8. Gelet op al hetgeen hierboven is besproken heeft verweerder de aanvraag terecht afwezen zonder de Minister van EZK om advies te vragen over of met het arbeid van eiser een wezenlijk Nederlands belang is gediend.
Wat is de conclusie?
9. Het beroep is ongegrond.
10. Voor een proceskostenveroordeling bestaat geen aanleiding.

Beslissing

De rechtbank verklaart het beroep ongegrond.
Deze uitspraak is gedaan door mr. C.I.H. Kerstens-Fockens, rechter, in aanwezigheid van mr. R.S. Ouertani, griffier.
De beslissing is uitgesproken in het openbaar en bekendgemaakt op:
Bent u het niet eens met deze uitspraak?
Als u het niet eens bent met deze uitspraak, kunt u een brief sturen naar de Afdeling bestuursrechtspraak van de Raad van State waarin u uitlegt waarom u het er niet mee eens bent.

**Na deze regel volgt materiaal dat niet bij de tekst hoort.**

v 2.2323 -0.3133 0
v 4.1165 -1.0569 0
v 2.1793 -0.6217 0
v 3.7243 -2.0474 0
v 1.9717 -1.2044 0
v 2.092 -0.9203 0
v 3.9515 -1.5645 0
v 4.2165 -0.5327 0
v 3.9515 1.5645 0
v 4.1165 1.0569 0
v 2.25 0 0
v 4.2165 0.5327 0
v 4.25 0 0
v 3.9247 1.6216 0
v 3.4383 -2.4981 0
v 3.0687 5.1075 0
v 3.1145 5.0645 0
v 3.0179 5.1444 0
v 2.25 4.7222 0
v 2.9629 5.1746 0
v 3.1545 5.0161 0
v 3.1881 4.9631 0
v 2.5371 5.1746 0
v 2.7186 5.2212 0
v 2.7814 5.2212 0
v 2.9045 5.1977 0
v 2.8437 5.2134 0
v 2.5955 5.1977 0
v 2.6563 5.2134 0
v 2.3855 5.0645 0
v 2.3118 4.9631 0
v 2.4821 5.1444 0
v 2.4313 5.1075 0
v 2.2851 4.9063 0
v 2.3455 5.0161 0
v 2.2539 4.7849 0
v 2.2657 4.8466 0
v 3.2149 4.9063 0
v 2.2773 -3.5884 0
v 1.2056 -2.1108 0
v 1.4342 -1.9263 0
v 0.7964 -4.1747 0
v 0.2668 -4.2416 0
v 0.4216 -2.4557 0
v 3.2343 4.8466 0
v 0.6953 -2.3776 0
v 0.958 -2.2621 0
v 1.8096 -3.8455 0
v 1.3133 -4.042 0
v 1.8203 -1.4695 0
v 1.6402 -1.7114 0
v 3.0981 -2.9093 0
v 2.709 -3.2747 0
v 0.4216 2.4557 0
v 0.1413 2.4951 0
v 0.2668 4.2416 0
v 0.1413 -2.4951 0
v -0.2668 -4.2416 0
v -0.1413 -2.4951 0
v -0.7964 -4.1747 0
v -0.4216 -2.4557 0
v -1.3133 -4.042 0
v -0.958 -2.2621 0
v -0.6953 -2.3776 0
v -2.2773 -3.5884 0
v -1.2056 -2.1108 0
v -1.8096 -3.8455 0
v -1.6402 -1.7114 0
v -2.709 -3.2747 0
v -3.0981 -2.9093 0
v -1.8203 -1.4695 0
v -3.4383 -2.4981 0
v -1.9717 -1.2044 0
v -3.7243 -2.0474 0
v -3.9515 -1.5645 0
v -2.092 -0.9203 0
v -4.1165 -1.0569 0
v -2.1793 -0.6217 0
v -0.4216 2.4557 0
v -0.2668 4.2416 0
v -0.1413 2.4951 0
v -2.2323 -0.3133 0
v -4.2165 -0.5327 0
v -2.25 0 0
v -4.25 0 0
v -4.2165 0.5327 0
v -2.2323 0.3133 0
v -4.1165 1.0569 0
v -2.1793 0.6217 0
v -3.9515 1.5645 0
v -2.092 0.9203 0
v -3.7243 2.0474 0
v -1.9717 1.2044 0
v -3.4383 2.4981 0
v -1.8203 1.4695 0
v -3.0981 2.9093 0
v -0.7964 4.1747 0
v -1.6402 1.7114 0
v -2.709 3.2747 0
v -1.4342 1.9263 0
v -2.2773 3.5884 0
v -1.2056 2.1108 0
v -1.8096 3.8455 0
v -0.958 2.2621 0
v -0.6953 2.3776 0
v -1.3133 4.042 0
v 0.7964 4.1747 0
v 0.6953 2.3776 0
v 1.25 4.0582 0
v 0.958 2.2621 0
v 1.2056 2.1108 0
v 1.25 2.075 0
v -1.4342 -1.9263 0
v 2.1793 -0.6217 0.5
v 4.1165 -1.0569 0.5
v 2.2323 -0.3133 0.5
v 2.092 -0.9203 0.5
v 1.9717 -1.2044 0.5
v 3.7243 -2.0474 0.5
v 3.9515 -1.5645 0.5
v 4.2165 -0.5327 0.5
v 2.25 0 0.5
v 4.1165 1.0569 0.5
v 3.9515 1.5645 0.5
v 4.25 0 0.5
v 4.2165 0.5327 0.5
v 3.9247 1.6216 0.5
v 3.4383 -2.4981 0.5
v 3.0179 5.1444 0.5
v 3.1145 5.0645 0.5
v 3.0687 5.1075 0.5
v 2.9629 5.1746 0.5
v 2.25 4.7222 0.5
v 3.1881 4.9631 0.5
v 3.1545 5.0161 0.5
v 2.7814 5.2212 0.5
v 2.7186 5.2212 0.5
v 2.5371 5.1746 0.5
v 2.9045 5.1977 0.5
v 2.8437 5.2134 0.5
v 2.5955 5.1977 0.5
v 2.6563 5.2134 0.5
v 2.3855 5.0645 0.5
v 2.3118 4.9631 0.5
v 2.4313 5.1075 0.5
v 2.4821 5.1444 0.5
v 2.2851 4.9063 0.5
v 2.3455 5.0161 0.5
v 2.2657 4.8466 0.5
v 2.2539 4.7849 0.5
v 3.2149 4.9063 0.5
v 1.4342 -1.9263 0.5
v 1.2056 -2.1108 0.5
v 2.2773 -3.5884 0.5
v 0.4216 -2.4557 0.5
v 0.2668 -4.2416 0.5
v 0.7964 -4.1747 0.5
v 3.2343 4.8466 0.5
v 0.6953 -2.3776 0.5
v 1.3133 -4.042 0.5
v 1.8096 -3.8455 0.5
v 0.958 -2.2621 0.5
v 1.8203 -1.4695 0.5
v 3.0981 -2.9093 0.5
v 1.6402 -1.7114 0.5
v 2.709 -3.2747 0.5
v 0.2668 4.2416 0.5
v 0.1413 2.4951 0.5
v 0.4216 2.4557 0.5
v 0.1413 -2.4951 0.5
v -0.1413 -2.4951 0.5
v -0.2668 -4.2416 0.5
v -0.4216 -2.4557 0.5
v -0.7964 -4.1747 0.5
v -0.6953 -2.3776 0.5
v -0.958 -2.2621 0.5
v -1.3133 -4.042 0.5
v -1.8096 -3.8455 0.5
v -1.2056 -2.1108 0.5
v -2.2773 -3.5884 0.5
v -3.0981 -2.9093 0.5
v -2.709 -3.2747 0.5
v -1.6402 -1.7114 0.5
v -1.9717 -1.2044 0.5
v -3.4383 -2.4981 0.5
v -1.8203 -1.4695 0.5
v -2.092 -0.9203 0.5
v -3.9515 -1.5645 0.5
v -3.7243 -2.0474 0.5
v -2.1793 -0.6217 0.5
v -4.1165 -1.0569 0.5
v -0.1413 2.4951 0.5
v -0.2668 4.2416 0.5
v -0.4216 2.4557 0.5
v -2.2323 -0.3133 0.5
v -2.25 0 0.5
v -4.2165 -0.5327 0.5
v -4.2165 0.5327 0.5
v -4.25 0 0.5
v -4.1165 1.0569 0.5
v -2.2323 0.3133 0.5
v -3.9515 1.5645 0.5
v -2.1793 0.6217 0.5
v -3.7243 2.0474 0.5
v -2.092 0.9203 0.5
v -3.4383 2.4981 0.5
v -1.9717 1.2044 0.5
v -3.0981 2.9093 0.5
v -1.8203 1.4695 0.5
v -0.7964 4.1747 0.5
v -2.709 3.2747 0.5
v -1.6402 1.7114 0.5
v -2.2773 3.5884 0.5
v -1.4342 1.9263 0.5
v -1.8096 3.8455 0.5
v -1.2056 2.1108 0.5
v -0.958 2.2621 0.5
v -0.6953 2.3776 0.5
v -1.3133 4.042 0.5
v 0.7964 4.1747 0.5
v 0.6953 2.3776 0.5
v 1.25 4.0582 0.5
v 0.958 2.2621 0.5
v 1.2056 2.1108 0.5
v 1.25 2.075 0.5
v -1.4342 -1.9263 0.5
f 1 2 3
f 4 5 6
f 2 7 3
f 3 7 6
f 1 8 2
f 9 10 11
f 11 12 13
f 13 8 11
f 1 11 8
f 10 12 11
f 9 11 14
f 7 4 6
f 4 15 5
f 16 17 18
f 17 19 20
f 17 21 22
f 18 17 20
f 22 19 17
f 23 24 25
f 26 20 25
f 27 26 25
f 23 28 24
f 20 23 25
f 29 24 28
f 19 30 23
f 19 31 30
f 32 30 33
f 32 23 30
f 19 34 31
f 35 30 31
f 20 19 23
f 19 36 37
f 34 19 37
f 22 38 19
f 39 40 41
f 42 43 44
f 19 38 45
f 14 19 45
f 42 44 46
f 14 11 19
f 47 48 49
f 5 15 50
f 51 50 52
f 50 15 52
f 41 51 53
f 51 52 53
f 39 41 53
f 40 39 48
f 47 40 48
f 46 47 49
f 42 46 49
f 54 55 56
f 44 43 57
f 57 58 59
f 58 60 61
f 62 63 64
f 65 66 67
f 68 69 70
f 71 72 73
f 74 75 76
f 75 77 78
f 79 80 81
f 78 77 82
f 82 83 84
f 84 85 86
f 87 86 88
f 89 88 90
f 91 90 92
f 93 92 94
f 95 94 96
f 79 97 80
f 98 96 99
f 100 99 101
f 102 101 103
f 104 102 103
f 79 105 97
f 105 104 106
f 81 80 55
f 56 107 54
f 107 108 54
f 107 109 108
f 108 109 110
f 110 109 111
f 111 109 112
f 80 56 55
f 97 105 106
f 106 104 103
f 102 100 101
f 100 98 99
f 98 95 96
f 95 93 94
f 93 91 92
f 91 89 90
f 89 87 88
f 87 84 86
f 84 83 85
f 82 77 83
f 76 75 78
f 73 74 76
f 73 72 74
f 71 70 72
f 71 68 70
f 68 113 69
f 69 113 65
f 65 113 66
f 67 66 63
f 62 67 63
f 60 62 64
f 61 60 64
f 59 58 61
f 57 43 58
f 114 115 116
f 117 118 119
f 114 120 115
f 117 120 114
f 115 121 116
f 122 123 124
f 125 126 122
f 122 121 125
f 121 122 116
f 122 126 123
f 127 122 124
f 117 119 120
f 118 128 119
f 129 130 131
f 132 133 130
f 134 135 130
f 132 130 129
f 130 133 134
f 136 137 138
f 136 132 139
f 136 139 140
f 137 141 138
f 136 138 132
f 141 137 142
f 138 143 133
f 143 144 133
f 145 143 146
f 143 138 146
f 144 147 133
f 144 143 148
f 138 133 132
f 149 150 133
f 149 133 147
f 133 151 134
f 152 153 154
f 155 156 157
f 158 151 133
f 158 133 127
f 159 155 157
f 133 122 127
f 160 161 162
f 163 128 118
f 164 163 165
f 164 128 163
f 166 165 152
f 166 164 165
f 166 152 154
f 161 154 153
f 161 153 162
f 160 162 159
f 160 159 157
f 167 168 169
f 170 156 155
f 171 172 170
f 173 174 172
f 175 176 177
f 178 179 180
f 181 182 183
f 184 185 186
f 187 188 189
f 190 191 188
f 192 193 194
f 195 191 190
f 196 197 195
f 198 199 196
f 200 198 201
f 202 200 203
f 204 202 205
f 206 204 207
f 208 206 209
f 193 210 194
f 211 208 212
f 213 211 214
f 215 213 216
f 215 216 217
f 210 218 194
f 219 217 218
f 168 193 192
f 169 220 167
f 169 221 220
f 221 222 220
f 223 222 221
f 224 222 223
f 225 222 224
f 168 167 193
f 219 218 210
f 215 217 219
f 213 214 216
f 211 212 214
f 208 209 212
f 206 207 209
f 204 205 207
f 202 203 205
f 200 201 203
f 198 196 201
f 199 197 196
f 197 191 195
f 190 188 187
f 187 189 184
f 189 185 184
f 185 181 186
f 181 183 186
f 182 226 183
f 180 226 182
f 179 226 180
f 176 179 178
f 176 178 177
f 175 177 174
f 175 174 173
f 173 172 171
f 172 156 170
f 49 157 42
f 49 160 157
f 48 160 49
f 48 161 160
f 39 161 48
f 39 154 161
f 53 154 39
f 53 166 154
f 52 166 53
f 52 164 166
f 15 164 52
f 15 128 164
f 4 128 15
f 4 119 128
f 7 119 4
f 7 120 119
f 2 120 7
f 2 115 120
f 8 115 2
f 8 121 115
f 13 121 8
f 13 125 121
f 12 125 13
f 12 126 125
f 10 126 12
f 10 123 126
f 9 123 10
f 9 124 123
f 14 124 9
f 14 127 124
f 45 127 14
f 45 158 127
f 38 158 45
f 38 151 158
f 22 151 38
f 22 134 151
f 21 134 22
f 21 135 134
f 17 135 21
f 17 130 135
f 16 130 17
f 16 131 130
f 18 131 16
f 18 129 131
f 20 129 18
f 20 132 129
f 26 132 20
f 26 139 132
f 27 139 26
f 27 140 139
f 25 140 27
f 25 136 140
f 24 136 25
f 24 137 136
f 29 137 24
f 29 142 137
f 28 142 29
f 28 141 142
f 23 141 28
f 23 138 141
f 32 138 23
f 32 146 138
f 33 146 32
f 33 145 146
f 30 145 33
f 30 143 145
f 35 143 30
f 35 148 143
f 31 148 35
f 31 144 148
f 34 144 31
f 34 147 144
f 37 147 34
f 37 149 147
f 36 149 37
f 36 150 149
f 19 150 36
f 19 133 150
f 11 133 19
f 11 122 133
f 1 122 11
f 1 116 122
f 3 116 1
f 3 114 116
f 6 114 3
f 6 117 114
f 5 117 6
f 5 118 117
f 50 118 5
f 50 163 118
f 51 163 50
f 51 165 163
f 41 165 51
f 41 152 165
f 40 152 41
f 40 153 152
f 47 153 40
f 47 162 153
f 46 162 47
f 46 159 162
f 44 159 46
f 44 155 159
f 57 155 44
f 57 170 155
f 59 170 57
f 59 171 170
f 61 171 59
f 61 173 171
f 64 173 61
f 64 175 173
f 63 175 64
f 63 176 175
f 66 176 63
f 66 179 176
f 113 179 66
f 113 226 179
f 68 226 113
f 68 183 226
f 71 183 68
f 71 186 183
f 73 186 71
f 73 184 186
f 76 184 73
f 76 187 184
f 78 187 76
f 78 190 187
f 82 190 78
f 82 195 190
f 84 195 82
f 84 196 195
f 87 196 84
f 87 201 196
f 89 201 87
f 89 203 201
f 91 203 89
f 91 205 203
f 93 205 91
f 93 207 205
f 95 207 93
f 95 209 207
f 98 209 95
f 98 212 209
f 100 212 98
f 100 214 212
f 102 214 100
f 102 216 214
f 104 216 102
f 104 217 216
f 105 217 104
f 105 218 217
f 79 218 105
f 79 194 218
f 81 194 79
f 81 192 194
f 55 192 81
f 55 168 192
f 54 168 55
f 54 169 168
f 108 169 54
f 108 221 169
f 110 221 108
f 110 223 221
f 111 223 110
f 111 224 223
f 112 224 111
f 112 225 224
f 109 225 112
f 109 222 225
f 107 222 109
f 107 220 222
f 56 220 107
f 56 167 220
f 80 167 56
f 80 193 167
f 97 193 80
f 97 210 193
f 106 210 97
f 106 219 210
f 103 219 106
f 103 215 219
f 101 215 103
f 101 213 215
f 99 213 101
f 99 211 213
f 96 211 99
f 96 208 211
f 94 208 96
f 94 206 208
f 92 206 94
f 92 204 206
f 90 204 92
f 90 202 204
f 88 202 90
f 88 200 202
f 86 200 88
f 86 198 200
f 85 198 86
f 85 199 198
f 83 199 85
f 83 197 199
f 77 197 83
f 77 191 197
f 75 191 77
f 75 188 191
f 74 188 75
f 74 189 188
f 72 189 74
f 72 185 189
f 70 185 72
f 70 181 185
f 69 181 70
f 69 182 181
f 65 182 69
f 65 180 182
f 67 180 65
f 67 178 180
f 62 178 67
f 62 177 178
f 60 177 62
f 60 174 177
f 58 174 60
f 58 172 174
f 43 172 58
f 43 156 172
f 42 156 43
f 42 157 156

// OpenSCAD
$fn = 50 + 0;

needle_size = 3.5; // [2.0:US 0 \ GB 14, 2.1:JP 0, 2.25:US 1 GB 13, 2.4:JP 1, 2.5:2.5 mm, 2.7:JP 2, 2.75:US 2 \ GB 12, 3.0:GB 11 \ JP 3, 3.25:US 3 \ GB 10, 3.3:JP 4, 3.5:US 4, 3.6:JP 5, 3.75:US 5 \ GB 9, 3.9:JP 6, 4.0:US 6 \ GB 8, 4.2:JP 7, 4.5:US 7 \ GB 7 \ JP 8, 4.8:JP 9, 5.0:US 8 \ GB 6, 5.1:JP 10, 5.4:JP 11, 5.5:US 9 \ GB 5, 5.7:JP 12, 6.0:US 10 \ GB 4 \ JP 13, 6.3:JP 14, 6.5:US 10 ½ \ GB 3, 6.6:JP 15, 7.0:GB 2 \ JP 7 mm, 7.5:GB 1, 8.0:US 11 \ GB 0 \ JP 8mm, 9.0:US 13 \ GB 00 \ JP 9mm, 10.0:US 15 \ GB  000 \ JP 10mm, 12.0:US 17, 16.0:US 19, 19.0:US 35, 25.0:US 50]
width = 2; // [2:10]
thickness = 0.5; // [0.5, 1.0, 1.5, 2.0, 2.5, 3.0]
clearance = 0.5 + 0;
radius = (needle_size / 2 + width + clearance) / 0.9;
slot_width = 1 + 0;

linear_extrude(height = thickness) {
	difference() {
		union() {
			circle(r=needle_size / 2 + width + clearance );

			hull() {
				translate([radius * 0.9 - width / 2, 0, 0]) circle(r=width / 2);
				translate([radius * 0.9 - width * 3 / 4, radius, 0]) circle(r=width / 4);
			}
		}
		scale([0.9, 1, 1]) circle(r=(needle_size / 2 + clearance) / 0.9);
		translate([radius * 0.9 - width - slot_width, 0, -1]) square([slot_width, radius]);
	}
}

Dit heet een beroepschrift. U moet dit beroepschrift indienen binnen 4 weken na de dag waarop deze uitspraak is verzonden. U ziet deze datum hierboven.

Voetnoten

1.Artikel 4:2, tweede lid van de Algemene wet bestuursrecht (Awb) in samenhang met artikel 3.102, eerste lid, van het Vreemdelingenbesluit 2000 (Vb).
2.Hierna: minister van EZK.
3.Kamer van Koophandel.
4.Zie de uitspraak van de Afdeling bestuursrechtspraak van de Raad van State (de Afdeling) van 23 april 2018, ECLI:NL:RVS:2018:1326.
5.Zie paragraaf B6/4.5 van de Vreemdelingencirculaire 2000 (Vc).
6.Uitspraak van de rechtbank Den Haag van 29 juni 2021, ECLI:NL:RBDHA:2021:7403.
7.Zie bijvoorbeeld de uitspraken van de rechtbank Gelderland met zaaknummer AWB 14/4166 en rechtbank Den Haag met zaaknummer AWB 16/16306.
8.Zie de uitspraken van de van 23 april 2018, ECLI:NL:RVS:2018:1326, en 21 juli 2022, ECLI:NL:RVS:2022:2047.